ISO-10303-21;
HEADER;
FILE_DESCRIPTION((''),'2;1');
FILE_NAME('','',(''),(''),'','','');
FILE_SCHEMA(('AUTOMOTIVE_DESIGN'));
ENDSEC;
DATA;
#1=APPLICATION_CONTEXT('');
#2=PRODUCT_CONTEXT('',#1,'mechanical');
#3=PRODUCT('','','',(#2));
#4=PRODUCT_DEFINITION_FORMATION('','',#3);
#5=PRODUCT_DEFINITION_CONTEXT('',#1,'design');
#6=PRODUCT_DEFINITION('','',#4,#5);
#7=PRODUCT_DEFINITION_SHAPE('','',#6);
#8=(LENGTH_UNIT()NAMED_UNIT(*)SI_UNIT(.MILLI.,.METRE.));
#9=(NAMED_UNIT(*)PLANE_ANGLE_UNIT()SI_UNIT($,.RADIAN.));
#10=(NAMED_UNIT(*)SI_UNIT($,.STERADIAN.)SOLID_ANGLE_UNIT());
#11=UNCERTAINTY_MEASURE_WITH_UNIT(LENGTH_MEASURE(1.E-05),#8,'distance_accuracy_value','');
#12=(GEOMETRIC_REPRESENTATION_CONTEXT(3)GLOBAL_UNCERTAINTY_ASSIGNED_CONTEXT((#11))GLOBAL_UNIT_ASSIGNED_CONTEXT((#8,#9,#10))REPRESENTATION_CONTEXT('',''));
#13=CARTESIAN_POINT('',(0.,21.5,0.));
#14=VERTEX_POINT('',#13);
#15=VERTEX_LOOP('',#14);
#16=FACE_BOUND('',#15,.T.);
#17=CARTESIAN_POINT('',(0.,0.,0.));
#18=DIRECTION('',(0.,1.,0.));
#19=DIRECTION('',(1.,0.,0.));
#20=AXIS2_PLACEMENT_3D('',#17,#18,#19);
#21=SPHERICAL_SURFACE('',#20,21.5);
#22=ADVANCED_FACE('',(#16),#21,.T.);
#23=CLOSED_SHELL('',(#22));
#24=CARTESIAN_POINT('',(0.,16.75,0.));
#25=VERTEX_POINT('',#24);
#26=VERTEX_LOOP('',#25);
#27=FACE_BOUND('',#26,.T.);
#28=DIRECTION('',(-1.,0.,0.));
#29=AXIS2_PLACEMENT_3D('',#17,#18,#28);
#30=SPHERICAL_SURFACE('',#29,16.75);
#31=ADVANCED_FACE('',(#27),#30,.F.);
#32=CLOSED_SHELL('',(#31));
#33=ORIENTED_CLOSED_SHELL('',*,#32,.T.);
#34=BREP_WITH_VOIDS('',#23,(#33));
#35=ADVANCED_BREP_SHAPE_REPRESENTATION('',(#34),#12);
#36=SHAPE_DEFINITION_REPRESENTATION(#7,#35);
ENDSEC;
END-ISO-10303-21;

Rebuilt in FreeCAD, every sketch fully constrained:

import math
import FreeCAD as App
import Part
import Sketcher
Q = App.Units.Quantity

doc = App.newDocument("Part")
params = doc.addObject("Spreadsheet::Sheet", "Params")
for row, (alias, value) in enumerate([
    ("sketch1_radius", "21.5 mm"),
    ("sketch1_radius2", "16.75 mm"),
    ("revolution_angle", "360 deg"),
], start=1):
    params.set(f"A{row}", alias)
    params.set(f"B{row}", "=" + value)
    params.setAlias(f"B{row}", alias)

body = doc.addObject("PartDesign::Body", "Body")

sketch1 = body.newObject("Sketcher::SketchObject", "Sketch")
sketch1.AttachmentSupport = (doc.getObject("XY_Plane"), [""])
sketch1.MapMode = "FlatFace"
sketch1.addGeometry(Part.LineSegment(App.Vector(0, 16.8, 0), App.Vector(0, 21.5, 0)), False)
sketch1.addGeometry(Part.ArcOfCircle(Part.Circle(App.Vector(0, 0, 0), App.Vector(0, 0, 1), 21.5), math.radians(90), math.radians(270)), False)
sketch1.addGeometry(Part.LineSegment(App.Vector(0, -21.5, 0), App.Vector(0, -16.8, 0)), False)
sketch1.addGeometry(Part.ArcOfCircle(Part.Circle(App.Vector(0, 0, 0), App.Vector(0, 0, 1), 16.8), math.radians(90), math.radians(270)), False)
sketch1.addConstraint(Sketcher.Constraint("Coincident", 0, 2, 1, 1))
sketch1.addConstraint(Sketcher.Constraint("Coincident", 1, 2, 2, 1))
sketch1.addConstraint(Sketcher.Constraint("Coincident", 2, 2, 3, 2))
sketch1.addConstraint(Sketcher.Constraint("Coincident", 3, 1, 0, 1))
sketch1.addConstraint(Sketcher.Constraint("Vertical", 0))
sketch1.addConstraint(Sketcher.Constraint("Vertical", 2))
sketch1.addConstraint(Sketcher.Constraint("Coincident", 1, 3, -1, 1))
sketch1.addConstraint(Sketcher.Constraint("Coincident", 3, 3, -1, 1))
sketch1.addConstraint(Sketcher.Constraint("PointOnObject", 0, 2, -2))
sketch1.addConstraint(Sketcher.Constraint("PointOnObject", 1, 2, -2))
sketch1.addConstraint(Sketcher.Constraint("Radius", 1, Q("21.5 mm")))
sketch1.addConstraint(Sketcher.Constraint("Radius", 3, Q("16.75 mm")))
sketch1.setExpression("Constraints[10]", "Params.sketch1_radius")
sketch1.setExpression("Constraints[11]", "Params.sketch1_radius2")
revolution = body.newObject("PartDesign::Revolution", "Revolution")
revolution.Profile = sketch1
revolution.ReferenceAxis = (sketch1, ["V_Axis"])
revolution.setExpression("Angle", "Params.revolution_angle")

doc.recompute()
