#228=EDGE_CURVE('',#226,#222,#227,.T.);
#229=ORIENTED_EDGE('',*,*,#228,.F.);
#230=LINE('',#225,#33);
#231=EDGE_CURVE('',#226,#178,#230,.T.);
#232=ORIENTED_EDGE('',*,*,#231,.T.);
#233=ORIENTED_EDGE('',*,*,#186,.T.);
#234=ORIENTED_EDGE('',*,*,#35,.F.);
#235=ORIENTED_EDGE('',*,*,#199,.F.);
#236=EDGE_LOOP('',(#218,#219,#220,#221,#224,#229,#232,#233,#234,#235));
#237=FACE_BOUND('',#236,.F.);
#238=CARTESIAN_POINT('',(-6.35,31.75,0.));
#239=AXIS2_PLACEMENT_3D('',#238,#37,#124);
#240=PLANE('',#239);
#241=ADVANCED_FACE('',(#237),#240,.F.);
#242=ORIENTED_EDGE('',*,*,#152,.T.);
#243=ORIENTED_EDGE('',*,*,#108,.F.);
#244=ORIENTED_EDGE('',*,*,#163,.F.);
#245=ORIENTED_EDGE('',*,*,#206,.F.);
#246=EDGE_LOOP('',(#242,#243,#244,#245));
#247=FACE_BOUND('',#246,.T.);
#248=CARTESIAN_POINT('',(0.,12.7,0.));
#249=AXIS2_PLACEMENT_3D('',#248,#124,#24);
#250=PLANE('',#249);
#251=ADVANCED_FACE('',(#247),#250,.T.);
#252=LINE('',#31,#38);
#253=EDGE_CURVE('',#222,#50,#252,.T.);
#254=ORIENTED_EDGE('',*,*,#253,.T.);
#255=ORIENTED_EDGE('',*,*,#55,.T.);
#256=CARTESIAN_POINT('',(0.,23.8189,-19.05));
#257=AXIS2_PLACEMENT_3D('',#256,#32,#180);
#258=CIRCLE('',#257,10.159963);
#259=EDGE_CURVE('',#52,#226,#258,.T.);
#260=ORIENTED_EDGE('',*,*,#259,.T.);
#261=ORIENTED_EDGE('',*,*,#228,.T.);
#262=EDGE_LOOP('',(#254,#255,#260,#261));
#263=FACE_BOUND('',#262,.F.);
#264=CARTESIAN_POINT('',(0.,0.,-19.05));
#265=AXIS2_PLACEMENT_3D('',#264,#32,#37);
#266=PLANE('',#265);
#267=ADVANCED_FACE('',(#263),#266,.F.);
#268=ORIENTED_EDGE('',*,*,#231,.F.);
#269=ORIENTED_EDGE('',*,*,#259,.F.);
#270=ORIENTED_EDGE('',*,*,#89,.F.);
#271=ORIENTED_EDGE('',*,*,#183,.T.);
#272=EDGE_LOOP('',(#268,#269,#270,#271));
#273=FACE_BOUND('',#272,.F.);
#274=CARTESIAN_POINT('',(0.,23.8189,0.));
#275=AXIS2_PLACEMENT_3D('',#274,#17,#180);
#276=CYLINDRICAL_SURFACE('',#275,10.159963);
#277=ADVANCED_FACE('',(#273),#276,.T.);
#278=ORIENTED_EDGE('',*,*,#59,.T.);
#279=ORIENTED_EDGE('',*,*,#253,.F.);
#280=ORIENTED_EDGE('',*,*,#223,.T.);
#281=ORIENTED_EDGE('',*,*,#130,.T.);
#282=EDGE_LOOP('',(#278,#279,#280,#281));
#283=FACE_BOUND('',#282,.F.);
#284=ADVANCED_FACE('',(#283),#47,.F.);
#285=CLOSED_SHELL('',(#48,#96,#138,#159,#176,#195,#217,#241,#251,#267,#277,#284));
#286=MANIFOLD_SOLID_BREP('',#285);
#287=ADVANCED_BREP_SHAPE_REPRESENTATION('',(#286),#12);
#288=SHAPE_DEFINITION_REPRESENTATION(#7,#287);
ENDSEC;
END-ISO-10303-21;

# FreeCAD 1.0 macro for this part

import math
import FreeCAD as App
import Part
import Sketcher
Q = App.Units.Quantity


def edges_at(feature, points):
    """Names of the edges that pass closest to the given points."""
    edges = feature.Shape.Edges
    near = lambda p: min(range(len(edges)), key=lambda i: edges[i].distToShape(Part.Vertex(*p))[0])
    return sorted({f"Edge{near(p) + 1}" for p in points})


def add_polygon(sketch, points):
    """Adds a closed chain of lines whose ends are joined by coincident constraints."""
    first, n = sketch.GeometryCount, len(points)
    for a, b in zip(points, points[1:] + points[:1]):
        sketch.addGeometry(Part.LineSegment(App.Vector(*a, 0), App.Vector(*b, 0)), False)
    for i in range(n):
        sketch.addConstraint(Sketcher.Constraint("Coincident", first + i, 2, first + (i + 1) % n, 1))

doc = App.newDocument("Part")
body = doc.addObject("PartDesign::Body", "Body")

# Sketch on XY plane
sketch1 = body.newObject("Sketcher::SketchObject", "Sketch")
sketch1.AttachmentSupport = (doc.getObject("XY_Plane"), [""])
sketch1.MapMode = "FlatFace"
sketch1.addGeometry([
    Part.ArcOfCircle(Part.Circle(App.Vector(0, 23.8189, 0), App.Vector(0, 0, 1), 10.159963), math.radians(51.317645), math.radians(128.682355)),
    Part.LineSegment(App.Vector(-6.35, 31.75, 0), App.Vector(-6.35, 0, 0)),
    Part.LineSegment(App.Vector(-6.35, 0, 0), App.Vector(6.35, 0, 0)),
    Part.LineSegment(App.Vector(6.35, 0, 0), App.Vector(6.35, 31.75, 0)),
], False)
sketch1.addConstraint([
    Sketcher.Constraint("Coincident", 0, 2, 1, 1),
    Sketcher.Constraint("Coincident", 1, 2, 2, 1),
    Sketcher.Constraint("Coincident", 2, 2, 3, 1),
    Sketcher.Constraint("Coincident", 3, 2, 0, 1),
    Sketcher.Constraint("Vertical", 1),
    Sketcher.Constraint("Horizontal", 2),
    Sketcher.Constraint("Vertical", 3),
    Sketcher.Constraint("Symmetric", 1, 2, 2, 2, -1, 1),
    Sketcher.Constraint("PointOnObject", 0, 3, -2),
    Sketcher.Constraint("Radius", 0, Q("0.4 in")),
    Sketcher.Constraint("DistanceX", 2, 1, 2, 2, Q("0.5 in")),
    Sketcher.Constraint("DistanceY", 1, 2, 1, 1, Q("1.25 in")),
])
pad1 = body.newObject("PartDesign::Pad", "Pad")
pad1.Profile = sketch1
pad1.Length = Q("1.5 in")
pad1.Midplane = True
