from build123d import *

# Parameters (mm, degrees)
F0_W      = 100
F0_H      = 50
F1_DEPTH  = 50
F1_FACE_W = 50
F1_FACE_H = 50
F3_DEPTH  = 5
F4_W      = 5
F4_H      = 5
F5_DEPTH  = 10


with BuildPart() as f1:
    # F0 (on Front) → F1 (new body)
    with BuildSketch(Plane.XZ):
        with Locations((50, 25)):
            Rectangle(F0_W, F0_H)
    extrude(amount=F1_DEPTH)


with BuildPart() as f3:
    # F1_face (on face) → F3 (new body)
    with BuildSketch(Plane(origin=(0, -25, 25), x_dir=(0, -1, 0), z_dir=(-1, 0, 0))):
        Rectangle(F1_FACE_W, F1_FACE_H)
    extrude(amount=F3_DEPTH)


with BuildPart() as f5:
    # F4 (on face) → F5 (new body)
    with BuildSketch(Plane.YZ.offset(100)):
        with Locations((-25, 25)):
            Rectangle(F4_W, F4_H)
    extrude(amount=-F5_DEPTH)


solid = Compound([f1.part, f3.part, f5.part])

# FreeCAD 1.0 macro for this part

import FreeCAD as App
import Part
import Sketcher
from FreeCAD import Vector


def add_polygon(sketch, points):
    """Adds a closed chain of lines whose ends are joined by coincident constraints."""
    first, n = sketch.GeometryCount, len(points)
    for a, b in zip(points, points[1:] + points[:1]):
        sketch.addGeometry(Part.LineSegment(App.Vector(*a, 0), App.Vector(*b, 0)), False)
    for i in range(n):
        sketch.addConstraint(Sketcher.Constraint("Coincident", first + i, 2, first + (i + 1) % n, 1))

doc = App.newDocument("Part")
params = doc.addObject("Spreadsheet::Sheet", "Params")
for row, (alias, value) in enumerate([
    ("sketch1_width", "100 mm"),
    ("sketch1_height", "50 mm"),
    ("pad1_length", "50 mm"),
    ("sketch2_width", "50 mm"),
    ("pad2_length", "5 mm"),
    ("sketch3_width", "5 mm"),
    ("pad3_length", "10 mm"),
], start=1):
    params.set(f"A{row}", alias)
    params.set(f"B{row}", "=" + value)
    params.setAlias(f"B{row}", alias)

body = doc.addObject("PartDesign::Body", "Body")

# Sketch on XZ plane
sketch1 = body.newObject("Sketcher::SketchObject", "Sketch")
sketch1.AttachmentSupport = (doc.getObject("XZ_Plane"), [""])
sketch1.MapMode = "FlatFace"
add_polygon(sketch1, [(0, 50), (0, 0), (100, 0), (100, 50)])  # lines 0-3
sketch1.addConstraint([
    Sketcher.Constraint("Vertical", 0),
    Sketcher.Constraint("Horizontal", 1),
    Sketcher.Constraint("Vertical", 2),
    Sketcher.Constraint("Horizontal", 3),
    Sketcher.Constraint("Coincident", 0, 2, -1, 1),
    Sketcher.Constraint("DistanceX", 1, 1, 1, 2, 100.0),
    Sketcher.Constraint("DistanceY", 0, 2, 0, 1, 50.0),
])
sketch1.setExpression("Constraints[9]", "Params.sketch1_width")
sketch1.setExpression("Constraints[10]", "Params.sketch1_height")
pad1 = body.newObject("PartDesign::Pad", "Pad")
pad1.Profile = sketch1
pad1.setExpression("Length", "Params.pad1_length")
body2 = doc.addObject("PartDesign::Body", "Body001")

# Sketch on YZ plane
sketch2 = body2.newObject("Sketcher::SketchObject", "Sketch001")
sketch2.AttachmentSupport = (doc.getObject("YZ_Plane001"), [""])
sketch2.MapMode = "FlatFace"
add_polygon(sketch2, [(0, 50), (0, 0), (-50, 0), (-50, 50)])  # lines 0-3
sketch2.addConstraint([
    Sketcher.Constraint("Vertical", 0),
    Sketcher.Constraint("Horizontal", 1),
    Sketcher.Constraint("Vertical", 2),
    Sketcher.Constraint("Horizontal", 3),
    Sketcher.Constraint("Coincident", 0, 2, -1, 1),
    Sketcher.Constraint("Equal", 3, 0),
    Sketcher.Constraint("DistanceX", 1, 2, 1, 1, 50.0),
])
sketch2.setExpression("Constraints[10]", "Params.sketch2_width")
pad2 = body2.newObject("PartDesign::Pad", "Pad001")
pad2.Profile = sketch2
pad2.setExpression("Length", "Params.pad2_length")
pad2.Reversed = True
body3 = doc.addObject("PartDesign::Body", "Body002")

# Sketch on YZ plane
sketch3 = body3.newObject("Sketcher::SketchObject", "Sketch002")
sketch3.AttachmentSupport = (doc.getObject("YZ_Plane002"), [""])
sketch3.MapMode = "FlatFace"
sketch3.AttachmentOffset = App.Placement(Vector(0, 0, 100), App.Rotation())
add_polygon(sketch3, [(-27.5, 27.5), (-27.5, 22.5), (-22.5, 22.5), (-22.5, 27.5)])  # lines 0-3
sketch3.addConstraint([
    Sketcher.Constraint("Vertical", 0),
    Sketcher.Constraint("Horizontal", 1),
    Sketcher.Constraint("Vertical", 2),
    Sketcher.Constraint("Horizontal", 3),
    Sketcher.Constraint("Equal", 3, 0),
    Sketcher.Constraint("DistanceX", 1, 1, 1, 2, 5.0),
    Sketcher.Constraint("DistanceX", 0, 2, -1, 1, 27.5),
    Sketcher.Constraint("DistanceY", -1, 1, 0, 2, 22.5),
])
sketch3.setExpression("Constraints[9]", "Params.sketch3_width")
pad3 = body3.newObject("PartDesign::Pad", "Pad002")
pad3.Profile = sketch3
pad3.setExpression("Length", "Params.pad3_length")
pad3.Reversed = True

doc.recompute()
■ ■ ■
> [Your goal] Could you return exactly the stretch of the data above that starts at the line with "#16=FACE_BOUND('',#15,.T.);" and ends at the line with "#24=CARTESIAN_POINT('',(0.,16.75,0.));", both lines included?

> [Result for this exercise]
#16=FACE_BOUND('',#15,.T.);
#17=CARTESIAN_POINT('',(0.,0.,0.));
#18=DIRECTION('',(0.,1.,0.));
#19=DIRECTION('',(1.,0.,0.));
#20=AXIS2_PLACEMENT_3D('',#17,#18,#19);
#21=SPHERICAL_SURFACE('',#20,21.5);
#22=ADVANCED_FACE('',(#16),#21,.T.);
#23=CLOSED_SHELL('',(#22));
#24=CARTESIAN_POINT('',(0.,16.75,0.));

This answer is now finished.